Voraussetzungen der Vertretungsmacht sind:

  • Der Vertretene muss einen Laden oder ein offenes Warenlager betreiben.
  • Der Vertreter muss in dem Laden oder offenen Warenlager „angestellt“ sein, d.h. er muss mit Wissen und Wollen des Unternehmensträgers in die Verkaufstätigkeit eingeschaltet sein.
  • Erforderlich und ausreichend ist ein gewisser räumlicher und zeitlicher Zusammenhang mit dem Geschäftslokal.

Handelsgeschäfte

Die §§ 343 ff. HGB enthalten allgemeine Vorschriften über Handelsgeschäfte, die auf bürgerlich-rechtliche Rechtsverhältnisse Anwendung finden, wenn daran Kaufleute beteiligt sind. Handelsgeschäfte sind alle Geschäfte eines Kaufmanns, die zum Betrieb seines Handelsgewerbes gehören (§ 343 Abs. 1 HGB). Die von einem Kaufmann vorgenommenen Rechtsgeschäfte gelten im Zweifel als zum Betrieb seines Handelsgewerbes gehörig (§ 344 Abs. 1 HGB).

Wichtig

Tätigt ein Kaufmann private Geschäfte (z.B. Kauf von Lebensmitteln für den häuslichen Gebrauch), gehört das entsprechende Geschäft nicht „zum Betrieb seines Handelsgewerbes“ und unterfällt dann auch nicht den Sonderregeln der §§ 343 ff. HGB.

Es gelten folgende Sonderregelungen:

  • Schweigen gilt beim Kaufmann in bestimmten Fällen als Annahme des Vertragsangebots (§ 362 HGB), bei Privatpersonen nicht.

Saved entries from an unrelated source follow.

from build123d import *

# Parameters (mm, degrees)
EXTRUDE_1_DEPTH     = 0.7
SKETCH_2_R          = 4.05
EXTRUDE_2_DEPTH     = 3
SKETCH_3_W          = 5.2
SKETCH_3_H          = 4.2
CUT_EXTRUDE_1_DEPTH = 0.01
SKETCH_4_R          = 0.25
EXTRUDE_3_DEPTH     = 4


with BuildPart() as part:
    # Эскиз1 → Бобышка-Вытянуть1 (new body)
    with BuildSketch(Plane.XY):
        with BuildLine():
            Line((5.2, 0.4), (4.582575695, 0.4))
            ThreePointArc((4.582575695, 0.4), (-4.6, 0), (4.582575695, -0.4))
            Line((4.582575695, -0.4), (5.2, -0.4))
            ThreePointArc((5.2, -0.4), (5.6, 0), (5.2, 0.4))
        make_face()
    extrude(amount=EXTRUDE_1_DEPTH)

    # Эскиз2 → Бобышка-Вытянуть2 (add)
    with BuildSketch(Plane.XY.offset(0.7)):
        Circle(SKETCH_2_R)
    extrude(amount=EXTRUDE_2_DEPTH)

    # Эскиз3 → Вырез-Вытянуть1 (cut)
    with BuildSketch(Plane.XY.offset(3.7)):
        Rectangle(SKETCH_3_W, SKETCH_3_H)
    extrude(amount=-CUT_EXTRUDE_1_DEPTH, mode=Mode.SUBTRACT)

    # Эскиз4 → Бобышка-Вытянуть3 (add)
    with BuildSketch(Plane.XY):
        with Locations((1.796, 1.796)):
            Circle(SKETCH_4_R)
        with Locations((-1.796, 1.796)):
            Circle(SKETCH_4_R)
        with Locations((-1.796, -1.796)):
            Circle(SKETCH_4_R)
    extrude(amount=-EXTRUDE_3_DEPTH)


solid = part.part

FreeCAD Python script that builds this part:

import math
import FreeCAD as App
import Part
import Sketcher
Q = App.Units.Quantity


def add_polygon(sketch, points):
    """Adds a closed chain of lines whose ends are joined by coincident constraints."""
    first, n = sketch.GeometryCount, len(points)
    for a, b in zip(points, points[1:] + points[:1]):
        sketch.addGeometry(Part.LineSegment(App.Vector(*a, 0), App.Vector(*b, 0)), False)
    for i in range(n):
        sketch.addConstraint(Sketcher.Constraint("Coincident", first + i, 2, first + (i + 1) % n, 1))

doc = App.newDocument("Part")
body = doc.addObject("PartDesign::Body", "Body")

# Sketch on XY plane
sketch1 = doc.addObject("Sketcher::SketchObject", "Sketch")
body.addObject(sketch1)
sketch1.AttachmentSupport = (doc.XY_Plane, [""])
sketch1.MapMode = "FlatFace"
sketch1.addGeometry([
    Part.LineSegment(App.Vector(5.2, 0.4, 0), App.Vector(4.58, 0.4, 0)),
    Part.ArcOfCircle(Part.Circle(App.Vector(0, 0, 0), App.Vector(0, 0, 1), 4.6), math.radians(5), math.radians(355)),
    Part.LineSegment(App.Vector(4.58, -0.4, 0), App.Vector(5.2, -0.4, 0)),
    Part.ArcOfCircle(Part.Circle(App.Vector(5.2, 0, 0), App.Vector(0, 0, 1), 0.4), math.radians(-90), math.radians(90)),
], False)
sketch1.addConstraint([
    Sketcher.Constraint("Coincident", 0, 2, 1, 1),
    Sketcher.Constraint("Coincident", 1, 2, 2, 1),
    Sketcher.Constraint("Tangent", 2, 2, 3, 1),
    Sketcher.Constraint("Tangent", 3, 2, 0, 1),
    Sketcher.Constraint("Horizontal", 0),
    Sketcher.Constraint("Horizontal", 2),
    Sketcher.Constraint("Coincident", 1, 3, -1, 1),
    Sketcher.Constraint("PointOnObject", 3, 3, -1),
    Sketcher.Constraint("Radius", 1, Q("4.6 mm")),
    Sketcher.Constraint("Radius", 3, Q("0.4 mm")),
    Sketcher.Constraint("DistanceX", -1, 1, 3, 3, Q("5.2 mm")),
])
pad1 = doc.addObject("PartDesign::Pad", "Pad")
body.addObject(pad1)
pad1.Profile = sketch1
pad1.Length = 0.7

# Sketch on XY plane
sketch2 = doc.addObject("Sketcher::SketchObject", "Sketch001")
body.addObject(sketch2)
sketch2.AttachmentSupport = (doc.XY_Plane, [""])
sketch2.MapMode = "FlatFace"
sketch2.AttachmentOffset = App.Placement(App.Vector(0, 0, 0.7), App.Rotation())
sketch2.addGeometry(Part.Circle(App.Vector(0, 0, 0), App.Vector(0, 0, 1), 4), False)
sketch2.addConstraint([
    Sketcher.Constraint("Coincident", 0, 3, -1, 1),
    Sketcher.Constraint("Diameter", 0, Q("8.1 mm")),
])
pad2 = doc.addObject("PartDesign::Pad", "Pad001")
body.addObject(pad2)
pad2.Profile = sketch2
pad2.Length = 3

# Sketch on XY plane
sketch3 = doc.addObject("Sketcher::SketchObject", "Sketch002")
body.addObject(sketch3)
sketch3.AttachmentSupport = (doc.XY_Plane, [""])
sketch3.MapMode = "FlatFace"
sketch3.AttachmentOffset = App.Placement(App.Vector(0, 0, 3.7), App.Rotation())
add_polygon(sketch3, [(-2.6, 2.1), (-2.6, -2.1), (2.6, -2.1), (2.6, 2.1)])  # lines 0-3
sketch3.addConstraint([
    Sketcher.Constraint("Vertical", 0),
    Sketcher.Constraint("Horizontal", 1),
    Sketcher.Constraint("Vertical", 2),
    Sketcher.Constraint("Horizontal", 3),
    Sketcher.Constraint("Symmetric", 0, 2, 2, 2, -1, 1),
    Sketcher.Constraint("DistanceX", 1, 1, 1, 2, Q("5.2 mm")),
    Sketcher.Constraint("DistanceY", 0, 2, 0, 1, Q("4.2 mm")),
])
pocket1 = doc.addObject("PartDesign::Pocket", "Pocket")
body.addObject(pocket1)
pocket1.Profile = sketch3
pocket1.Length = 0.01

# Sketch on XY plane
sketch4 = doc.addObject("Sketcher::SketchObject", "Sketch003")
body.addObject(sketch4)
sketch4.AttachmentSupport = (doc.XY_Plane, [""])
sketch4.MapMode = "FlatFace"
sketch4.addGeometry([
    Part.Circle(App.Vector(1.8, 1.8, 0), App.Vector(0, 0, 1), 0.25),
    Part.Circle(App.Vector(-1.8, 1.8, 0), App.Vector(0, 0, 1), 0.25),
    Part.Circle(App.Vector(-1.8, -1.8, 0), App.Vector(0, 0, 1), 0.25),
], False)
sketch4.addConstraint([
    Sketcher.Constraint("Equal", 0, 1),
    Sketcher.Constraint("Equal", 1, 2),
    Sketcher.Constraint("Symmetric", 0, 3, 2, 3, -1, 1),
    Sketcher.Constraint("Symmetric", 0, 3, 1, 3, -2),
    Sketcher.Constraint("Diameter", 0, Q("0.5 mm")),
    Sketcher.Constraint("DistanceX", -1, 1, 0, 3, Q("1.796 mm")),
    Sketcher.Constraint("DistanceY", -1, 1, 0, 3, Q("1.796 mm")),
])
pad3 = doc.addObject("PartDesign::Pad", "Pad002")
body.addObject(pad3)
pad3.Profile = sketch4
pad3.Length = 4
pad3.Reversed = True

doc.recompute()
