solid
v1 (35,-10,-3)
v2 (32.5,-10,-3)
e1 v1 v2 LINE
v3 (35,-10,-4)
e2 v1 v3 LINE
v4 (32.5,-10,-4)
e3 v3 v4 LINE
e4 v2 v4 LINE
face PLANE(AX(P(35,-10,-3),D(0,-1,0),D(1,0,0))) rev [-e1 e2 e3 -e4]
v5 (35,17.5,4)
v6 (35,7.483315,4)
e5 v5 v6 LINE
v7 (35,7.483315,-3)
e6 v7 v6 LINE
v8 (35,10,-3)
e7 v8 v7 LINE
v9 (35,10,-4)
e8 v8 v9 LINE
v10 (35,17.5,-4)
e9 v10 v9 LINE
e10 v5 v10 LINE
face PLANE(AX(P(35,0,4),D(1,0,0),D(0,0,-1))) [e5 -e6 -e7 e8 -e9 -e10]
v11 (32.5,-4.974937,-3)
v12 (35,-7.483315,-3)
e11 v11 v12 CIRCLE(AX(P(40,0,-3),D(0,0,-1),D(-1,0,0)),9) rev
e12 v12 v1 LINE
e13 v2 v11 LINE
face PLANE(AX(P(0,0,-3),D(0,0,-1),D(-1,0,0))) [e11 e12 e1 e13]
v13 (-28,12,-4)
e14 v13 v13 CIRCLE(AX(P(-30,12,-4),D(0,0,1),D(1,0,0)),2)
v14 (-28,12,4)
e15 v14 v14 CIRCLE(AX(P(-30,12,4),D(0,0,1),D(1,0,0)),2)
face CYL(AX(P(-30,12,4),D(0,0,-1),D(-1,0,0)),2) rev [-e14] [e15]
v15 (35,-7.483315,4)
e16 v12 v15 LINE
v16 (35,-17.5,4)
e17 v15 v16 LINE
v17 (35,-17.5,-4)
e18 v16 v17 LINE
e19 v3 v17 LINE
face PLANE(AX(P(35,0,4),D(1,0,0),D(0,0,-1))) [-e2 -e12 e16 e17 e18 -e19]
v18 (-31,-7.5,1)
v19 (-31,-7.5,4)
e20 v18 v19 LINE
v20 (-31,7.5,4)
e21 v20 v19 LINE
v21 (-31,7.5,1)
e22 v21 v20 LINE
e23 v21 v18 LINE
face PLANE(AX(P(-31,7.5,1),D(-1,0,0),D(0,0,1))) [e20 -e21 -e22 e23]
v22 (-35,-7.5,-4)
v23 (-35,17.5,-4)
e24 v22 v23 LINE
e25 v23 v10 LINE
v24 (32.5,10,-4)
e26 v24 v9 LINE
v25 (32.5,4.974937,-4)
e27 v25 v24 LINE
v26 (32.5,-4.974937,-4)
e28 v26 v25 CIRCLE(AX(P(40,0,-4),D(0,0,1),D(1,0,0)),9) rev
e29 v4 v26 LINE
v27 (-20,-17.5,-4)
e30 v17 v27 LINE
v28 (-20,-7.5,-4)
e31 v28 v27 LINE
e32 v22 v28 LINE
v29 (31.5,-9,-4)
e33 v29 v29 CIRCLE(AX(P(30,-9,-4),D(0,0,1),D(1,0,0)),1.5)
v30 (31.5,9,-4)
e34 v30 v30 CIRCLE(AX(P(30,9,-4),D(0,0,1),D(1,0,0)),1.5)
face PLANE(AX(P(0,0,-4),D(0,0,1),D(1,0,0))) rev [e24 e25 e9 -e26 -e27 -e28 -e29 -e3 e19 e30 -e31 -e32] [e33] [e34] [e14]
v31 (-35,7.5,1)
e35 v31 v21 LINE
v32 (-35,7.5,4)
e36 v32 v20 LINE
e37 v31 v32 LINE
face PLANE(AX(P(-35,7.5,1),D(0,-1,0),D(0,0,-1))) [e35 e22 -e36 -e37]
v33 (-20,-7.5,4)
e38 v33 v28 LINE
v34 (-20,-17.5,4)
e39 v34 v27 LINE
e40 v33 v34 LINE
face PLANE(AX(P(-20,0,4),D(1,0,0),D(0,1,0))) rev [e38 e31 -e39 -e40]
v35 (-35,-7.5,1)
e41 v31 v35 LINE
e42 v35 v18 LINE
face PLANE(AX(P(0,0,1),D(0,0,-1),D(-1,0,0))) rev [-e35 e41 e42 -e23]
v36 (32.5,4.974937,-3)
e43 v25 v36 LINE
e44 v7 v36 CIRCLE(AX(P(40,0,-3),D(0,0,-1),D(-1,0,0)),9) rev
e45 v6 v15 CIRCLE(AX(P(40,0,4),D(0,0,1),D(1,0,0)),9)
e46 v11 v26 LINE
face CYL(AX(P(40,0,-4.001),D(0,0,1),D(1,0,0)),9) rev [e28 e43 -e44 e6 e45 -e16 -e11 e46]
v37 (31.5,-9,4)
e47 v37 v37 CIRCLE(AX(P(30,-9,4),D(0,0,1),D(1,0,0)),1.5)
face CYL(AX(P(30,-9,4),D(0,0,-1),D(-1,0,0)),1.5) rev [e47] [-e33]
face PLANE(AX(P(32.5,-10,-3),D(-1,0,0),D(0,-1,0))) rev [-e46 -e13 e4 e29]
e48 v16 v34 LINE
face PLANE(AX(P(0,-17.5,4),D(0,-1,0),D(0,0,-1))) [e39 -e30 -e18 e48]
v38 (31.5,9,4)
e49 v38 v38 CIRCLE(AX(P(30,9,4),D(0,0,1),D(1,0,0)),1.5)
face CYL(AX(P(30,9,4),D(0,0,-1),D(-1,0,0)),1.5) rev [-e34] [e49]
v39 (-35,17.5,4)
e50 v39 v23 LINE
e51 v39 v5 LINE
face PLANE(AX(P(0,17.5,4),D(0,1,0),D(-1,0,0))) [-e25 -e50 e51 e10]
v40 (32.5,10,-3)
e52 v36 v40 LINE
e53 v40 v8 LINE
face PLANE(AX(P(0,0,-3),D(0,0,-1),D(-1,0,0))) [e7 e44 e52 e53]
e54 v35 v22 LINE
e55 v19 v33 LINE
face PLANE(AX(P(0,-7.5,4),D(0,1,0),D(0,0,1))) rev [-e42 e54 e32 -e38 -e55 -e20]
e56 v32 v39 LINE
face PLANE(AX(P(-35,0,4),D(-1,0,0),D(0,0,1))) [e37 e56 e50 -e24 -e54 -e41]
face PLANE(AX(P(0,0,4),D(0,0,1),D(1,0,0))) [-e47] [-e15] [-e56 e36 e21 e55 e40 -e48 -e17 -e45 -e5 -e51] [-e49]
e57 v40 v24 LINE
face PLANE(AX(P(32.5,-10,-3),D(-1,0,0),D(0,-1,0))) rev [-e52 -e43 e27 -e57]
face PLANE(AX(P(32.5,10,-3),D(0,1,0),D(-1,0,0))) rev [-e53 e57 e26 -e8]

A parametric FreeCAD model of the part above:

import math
import FreeCAD as App
import Part
import Sketcher
from FreeCAD import Vector


def add_polygon(sketch, points):
    """Adds a closed chain of lines whose ends are joined by coincident constraints."""
    first, n = sketch.GeometryCount, len(points)
    for a, b in zip(points, points[1:] + points[:1]):
        sketch.addGeometry(Part.LineSegment(App.Vector(*a, 0), App.Vector(*b, 0)), False)
    for i in range(n):
        sketch.addConstraint(Sketcher.Constraint("Coincident", first + i, 2, first + (i + 1) % n, 1))

doc = App.newDocument("Part")
body = doc.addObject("PartDesign::Body", "Body")

sketch1 = body.newObject("Sketcher::SketchObject", "Sketch")
sketch1.AttachmentSupport = (doc.getObject("XY_Plane"), [""])
sketch1.MapMode = "FlatFace"
add_polygon(sketch1, [(-20, -17.5), (35, -17.5), (35, 17.5), (-35, 17.5), (-35, -7.5), (-20, -7.5)])
sketch1.addGeometry(Part.ArcOfCircle(Part.Circle(Vector(30, -9, 0), Vector(0, 0, 1), 1.5), math.radians(0), math.radians(90)), False)
sketch1.addGeometry(Part.ArcOfCircle(Part.Circle(Vector(30, -9, 0), Vector(0, 0, 1), 1.5), math.radians(90), math.radians(360)), False)
sketch1.addGeometry(Part.Circle(Vector(-30, 12, 0), Vector(0, 0, 1), 2), False)
sketch1.addGeometry(Part.ArcOfCircle(Part.Circle(Vector(30, 9, 0), Vector(0, 0, 1), 1.5), math.radians(0), math.radians(270)), False)
sketch1.addGeometry(Part.ArcOfCircle(Part.Circle(Vector(30, 9, 0), Vector(0, 0, 1), 1.5), math.radians(-90), math.radians(0)), False)
sketch1.addConstraint([
    Sketcher.Constraint("Tangent", 6, 1, 7, 2),
    Sketcher.Constraint("Coincident", 7, 1, 6, 2),
    Sketcher.Constraint("Tangent", 9, 1, 10, 2),
    Sketcher.Constraint("Coincident", 10, 1, 9, 2),
    Sketcher.Constraint("Horizontal", 0),
    Sketcher.Constraint("Vertical", 1),
    Sketcher.Constraint("Horizontal", 2),
    Sketcher.Constraint("Vertical", 3),
    Sketcher.Constraint("Horizontal", 4),
    Sketcher.Constraint("Vertical", 5),
    Sketcher.Constraint("Equal", 7, 9),
    Sketcher.Constraint("Symmetric", 0, 2, 2, 2, -1, 1),
    Sketcher.Constraint("Symmetric", 6, 3, 9, 3, -1),
    Sketcher.Constraint("Horizontal", 7, 3, 6, 1),
    Sketcher.Constraint("Horizontal", 4, 2, 7, 1),
    Sketcher.Constraint("Horizontal", 10, 3, 9, 1),
    Sketcher.Constraint("Vertical", 10, 3, 7, 1),
    Sketcher.Constraint("Vertical", 7, 1, 10, 1),
    Sketcher.Constraint("Diameter", 8, 4.0),
    Sketcher.Constraint("Radius", 6, 1.5),
    Sketcher.Constraint("DistanceX", 0, 1, 0, 2, 55.0),
    Sketcher.Constraint("DistanceX", 2, 2, 2, 1, 70.0),
    Sketcher.Constraint("DistanceY", 1, 1, 1, 2, 35.0),
    Sketcher.Constraint("DistanceY", 3, 2, 3, 1, 25.0),
    Sketcher.Constraint("DistanceX", -1, 1, 6, 3, 30.0),
    Sketcher.Constraint("DistanceX", 8, 3, -1, 1, 30.0),
    Sketcher.Constraint("DistanceY", -1, 1, 8, 3, 12.0),
])
pad1 = body.newObject("PartDesign::Pad", "Pad")
pad1.Profile = sketch1
pad1.Length = 8
pad1.Midplane = True

sketch2 = body.newObject("Sketcher::SketchObject", "Sketch001")
sketch2.AttachmentSupport = (doc.getObject("XY_Plane"), [""])
sketch2.MapMode = "FlatFace"
sketch2.AttachmentOffset = App.Placement(Vector(0, 0, 4), App.Rotation())
add_polygon(sketch2, [(-35, 7.5), (-35, -7.5), (-31, -7.5), (-31, 7.5)])
sketch2.addConstraint([
    Sketcher.Constraint("Vertical", 0),
    Sketcher.Constraint("Horizontal", 1),
    Sketcher.Constraint("Vertical", 2),
    Sketcher.Constraint("Horizontal", 3),
    Sketcher.Constraint("DistanceX", 1, 1, 1, 2, 4.0),
    Sketcher.Constraint("DistanceY", 0, 2, 0, 1, 15.0),
    Sketcher.Constraint("DistanceX", 0, 2, -1, 1, 35.0),
    Sketcher.Constraint("DistanceY", 0, 2, -1, 1, 7.5),
])
pocket1 = body.newObject("PartDesign::Pocket", "Pocket")
pocket1.Profile = sketch2
pocket1.Length = 3

sketch3 = body.newObject("Sketcher::SketchObject", "Sketch002")
sketch3.AttachmentSupport = (doc.getObject("XY_Plane"), [""])
sketch3.MapMode = "FlatFace"
sketch3.AttachmentOffset = App.Placement(Vector(0, 0, -4), App.Rotation())
add_polygon(sketch3, [(35, 10), (35, -10), (32.5, -10), (32.5, 10)])
sketch3.addConstraint([
    Sketcher.Constraint("Vertical", 0),
    Sketcher.Constraint("Horizontal", 1),
    Sketcher.Constraint("Vertical", 2),
    Sketcher.Constraint("Horizontal", 3),
    Sketcher.Constraint("DistanceY", 0, 2, 0, 1, 20.0),
    Sketcher.Constraint("DistanceX", 1, 2, 1, 1, 2.5),
    Sketcher.Constraint("DistanceX", -1, 1, 0, 2, 35.0),
    Sketcher.Constraint("DistanceY", 0, 2, -1, 1, 10.0),
])
pocket2 = body.newObject("PartDesign::Pocket", "Pocket001")
pocket2.Profile = sketch3
pocket2.Length = 1
pocket2.Reversed = True

sketch4 = body.newObject("Sketcher::SketchObject", "Sketch003")
sketch4.AttachmentSupport = (doc.getObject("XY_Plane"), [""])
sketch4.MapMode = "FlatFace"
sketch4.AttachmentOffset = App.Placement(Vector(0, 0, 4), App.Rotation())
sketch4.addGeometry(Part.Circle(Vector(40, 0, 0), Vector(0, 0, 1), 9), False)
sketch4.addConstraint([
    Sketcher.Constraint("PointOnObject", 0, 3, -1),
    Sketcher.Constraint("Diameter", 0, 18.0),
    Sketcher.Constraint("DistanceX", -1, 1, 0, 3, 40.0),
])
pocket3 = body.newObject("PartDesign::Pocket", "Pocket002")
pocket3.Profile = sketch4
pocket3.Length = 8

doc.recompute()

Nach der gewohnheitsrechtlich anerkannten Lehre vom kaufmännischen Bestätigungsschreiben gilt, dass ein Kaufmann als Empfänger eines Schreibens, in dem ein Anderer seine Auffassung über das Zustandekommen und den Inhalt eines (angeblich) geschlossenen Vertrages kundtut, grundsätzlich diesem Schreiben unverzüglich widersprechen muss, wenn er den Inhalt des Schreibens nicht gegen sich gelten lassen will.
  • Ein Kaufmann hat empfangene Waren bei mangelhafter oder Fehllieferung (aliud) unverzüglich zu rügen, um seine Gewährleistungsrechte nicht zu verlieren (§ 377 HGB).
  • Die Sorgfaltspflicht eines Kaufmanns (§ 347 HGB) ist höher als die einer Privatperson (§ 276 BGB).
  • Die Schutzvorschriften der §§ 305 Abs. 2 und 3, 308, 309 BGB finden keine Anwendung auf Allgemeine Geschäftsbedingungen, die gegenüber einem Unternehmer verwendet werden (§ 310 Abs. 1 BGB).
  • Der gesetzliche Zins für Kaufleute (§ 352 HGB) ist höher als der von einer Privatperson geschuldete gesetzliche Zins (§ 246 BGB).
  • Der Kaufmann schuldet Fälligkeitszinsen (§ 353 HGB), der Privatmann nicht.
  • Ein Kaufmann kann mündlich eine Bürgschaft übernehmen (§ 350 HGB), während die private Bürgschaft nur in schriftlicher Form gültig ist (§ 766 BGB).
  • Der private Bürge hat die Einrede der Vorausklage (§ 771 BGB), kann also die Befriedigung des Gläubigers verweigern, solange dieser nicht eine Zwangsvollstreckung gegen den Hauptschuldner ohne Erfolg versucht hat. Diese Einrede steht dem bürgenden Kaufmann nicht zu (§ 349 HGB). Er kann deshalb parallel zum nicht zahlenden Hauptschuldner in Anspruch genommen werden (= selbstschuldnerische Bürgschaft).
  • Während bei Privatpersonen eine verwirkte Vertragsstrafe gemäß § 343 BGB vom Richter herabgesetzt werden kann, wenn sie unverhältnismäßig hoch ist, gilt dies für Kaufleute nicht (§ 348 HGB).
  • Wer von einem Kaufmann eine diesem nicht gehörende bewegliche Sache erwirbt, kann diese nicht nur dann gutgläubig erwerben, wenn er an das Eigentum des Veräußerers glaubt (§§ 932 ff. BGB), sondern schon dann, wenn sich sein guter Glaube auf die Verfügungsbefugnis des Kaufmanns bezieht (§ 366 HGB).